# Immigration to the US



## Slim (Dec 30, 2008)

I am very new here. Even though I run and manage my own forum here in South Africa, I still find it difficult to navigate through other forums...possibly because I am a bit of an impatient type... 

Anyway, to my question...This is mostly for the experts in the US on the subject. 

Everybody from South Africa seems to be moving to Australia, New Zealand, or the UK. I would prefer going to the 'states as I believe there wuols still be more oppertunities in the US than elsewhere. Even in the midst of a global financial crisis / meltdown / reccession, or what ever they will call it next week. 

1. What are my chances of getting in and starting a business? I prefer the smaller towns in the middle of nowhere to big cities. I have worked for a boss for long enough and here in South Africa starting a business is an impossible task if you are a white male.

2. What kind of monthly income should one look at in order to survive with the odd luxury here and there?  

3. What would the going rate be for a decent, reliable 2nd hand car or truck? (We refer to trucks as "Bakkies" in SA and I believe Aus calls them UTE's - useless info, I know)
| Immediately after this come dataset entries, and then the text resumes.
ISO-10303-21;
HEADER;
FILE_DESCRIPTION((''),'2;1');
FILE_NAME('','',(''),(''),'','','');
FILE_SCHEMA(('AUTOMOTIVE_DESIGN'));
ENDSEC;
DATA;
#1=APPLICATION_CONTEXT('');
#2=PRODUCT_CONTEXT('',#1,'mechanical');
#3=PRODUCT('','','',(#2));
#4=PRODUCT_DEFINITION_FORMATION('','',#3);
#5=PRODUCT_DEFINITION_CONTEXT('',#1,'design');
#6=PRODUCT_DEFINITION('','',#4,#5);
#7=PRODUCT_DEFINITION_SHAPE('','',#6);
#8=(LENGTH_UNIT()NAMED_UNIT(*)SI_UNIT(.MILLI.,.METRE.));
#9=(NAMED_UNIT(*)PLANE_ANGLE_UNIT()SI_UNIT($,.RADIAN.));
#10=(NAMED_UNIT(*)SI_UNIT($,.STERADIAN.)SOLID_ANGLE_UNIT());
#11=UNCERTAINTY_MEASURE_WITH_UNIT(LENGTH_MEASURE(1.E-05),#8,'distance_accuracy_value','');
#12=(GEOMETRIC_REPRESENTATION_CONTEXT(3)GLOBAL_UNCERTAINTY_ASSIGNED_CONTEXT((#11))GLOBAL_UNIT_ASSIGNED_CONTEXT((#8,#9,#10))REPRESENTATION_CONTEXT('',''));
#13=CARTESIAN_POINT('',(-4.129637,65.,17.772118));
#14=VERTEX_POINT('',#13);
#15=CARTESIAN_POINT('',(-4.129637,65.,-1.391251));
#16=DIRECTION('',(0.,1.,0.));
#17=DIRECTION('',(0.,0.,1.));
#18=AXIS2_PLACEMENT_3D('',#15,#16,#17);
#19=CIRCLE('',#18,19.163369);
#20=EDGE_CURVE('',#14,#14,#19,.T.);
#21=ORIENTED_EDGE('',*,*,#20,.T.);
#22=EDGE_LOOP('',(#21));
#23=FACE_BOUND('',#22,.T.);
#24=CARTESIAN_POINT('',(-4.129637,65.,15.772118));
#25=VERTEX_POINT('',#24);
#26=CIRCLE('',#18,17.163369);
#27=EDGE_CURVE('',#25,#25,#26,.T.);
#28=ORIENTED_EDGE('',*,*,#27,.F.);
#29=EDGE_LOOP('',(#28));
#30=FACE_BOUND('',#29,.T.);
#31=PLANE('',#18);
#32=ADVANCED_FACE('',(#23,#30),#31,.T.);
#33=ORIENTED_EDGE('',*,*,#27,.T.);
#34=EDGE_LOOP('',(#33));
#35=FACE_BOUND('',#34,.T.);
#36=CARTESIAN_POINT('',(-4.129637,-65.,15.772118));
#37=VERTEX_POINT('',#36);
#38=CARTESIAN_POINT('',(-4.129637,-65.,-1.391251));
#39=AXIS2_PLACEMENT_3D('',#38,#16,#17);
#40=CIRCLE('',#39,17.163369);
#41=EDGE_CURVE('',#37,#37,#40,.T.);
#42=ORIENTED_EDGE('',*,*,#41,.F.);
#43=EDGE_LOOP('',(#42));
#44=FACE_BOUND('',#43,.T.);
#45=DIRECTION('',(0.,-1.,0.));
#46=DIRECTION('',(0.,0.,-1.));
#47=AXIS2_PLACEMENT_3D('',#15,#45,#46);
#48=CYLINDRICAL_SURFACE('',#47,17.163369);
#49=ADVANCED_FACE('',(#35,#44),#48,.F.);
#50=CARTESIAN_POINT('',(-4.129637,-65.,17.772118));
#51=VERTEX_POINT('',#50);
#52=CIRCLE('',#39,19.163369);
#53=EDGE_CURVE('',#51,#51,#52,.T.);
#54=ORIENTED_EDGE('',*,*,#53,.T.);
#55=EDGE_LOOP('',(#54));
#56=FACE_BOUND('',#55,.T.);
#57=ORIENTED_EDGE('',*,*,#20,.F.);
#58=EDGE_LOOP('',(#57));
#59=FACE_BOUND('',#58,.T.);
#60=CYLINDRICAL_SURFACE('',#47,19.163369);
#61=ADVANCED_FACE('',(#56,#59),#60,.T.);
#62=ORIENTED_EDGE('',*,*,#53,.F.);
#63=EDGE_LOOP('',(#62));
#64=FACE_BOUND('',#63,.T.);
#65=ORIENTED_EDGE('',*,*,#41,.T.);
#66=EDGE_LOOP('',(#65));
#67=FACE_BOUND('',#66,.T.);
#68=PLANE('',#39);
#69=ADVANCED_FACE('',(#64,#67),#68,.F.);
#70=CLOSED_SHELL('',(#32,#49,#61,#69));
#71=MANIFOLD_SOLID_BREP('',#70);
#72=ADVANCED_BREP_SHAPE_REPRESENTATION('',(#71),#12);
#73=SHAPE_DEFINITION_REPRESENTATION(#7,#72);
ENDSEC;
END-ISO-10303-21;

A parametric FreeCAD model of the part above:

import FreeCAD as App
import Part
import Sketcher

V = App.Vector
Q = App.Units.Quantity

doc = App.newDocument("Part")
body = doc.addObject("PartDesign::Body", "Body")

# Sketch on XZ plane
sketch1 = body.newObject("Sketcher::SketchObject", "Sketch")
sketch1.AttachmentSupport = (doc.getObject("XZ_Plane"), [""])
sketch1.MapMode = "FlatFace"
sketch1.addGeometry(Part.Circle(V(-4, -1, 0), V(0, 0, 1), 19), False)
sketch1.addGeometry(Part.Circle(V(-4, -1, 0), V(0, 0, 1), 17), False)
sketch1.addConstraint(Sketcher.Constraint("Coincident", 1, 3, 0, 3))
sketch1.addConstraint(Sketcher.Constraint("Diameter", 0, Q("38.326739 mm")))
sketch1.addConstraint(Sketcher.Constraint("Diameter", 1, Q("34.326739 mm")))
sketch1.addConstraint(Sketcher.Constraint("DistanceY", 0, 3, -1, 1, Q("1.391251 mm")))
sketch1.addConstraint(Sketcher.Constraint("DistanceX", 0, 3, -1, 1, Q("4.129637 mm")))
pad1 = body.newObject("PartDesign::Pad", "Pad")
pad1.Profile = sketch1
pad1.Length = 130
pad1.Midplane = True

doc.recompute()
4. The State that most draws my attention is Texas. If at all possible, what would you reckon are some drawback to this state that I should take into account?

5. Fayetville, Arkansas as a second choice. I know people can be quickly disilusioned by a well took photograph, but damn! it looks nice.

6. I love my kicking my shoes of, and relaxing with a cold beer. Are the American beers any good? 

These are simple questions I know, but I have to start somewhere to get an idea of what steps to follow next.

Thanking you in advance

André


----------



## Bevdeforges (Nov 16, 2007)

Slim said:


> 1. What are my chances of getting in and starting a business? I prefer the smaller towns in the middle of nowhere to big cities. I have worked for a boss for long enough and here in South Africa starting a business is an impossible task if you are a white male.
> 
> 2. What kind of monthly income should one look at in order to survive with the odd luxury here and there?
> 
> ...


Hi and welcome to the forum.

1. The way it works, you pretty much have to start up the business first, then apply for the visa. There should be some folks along soon with more information on that. There is a minimum investment required and you need to show that you have a business plan with some likelihood of success.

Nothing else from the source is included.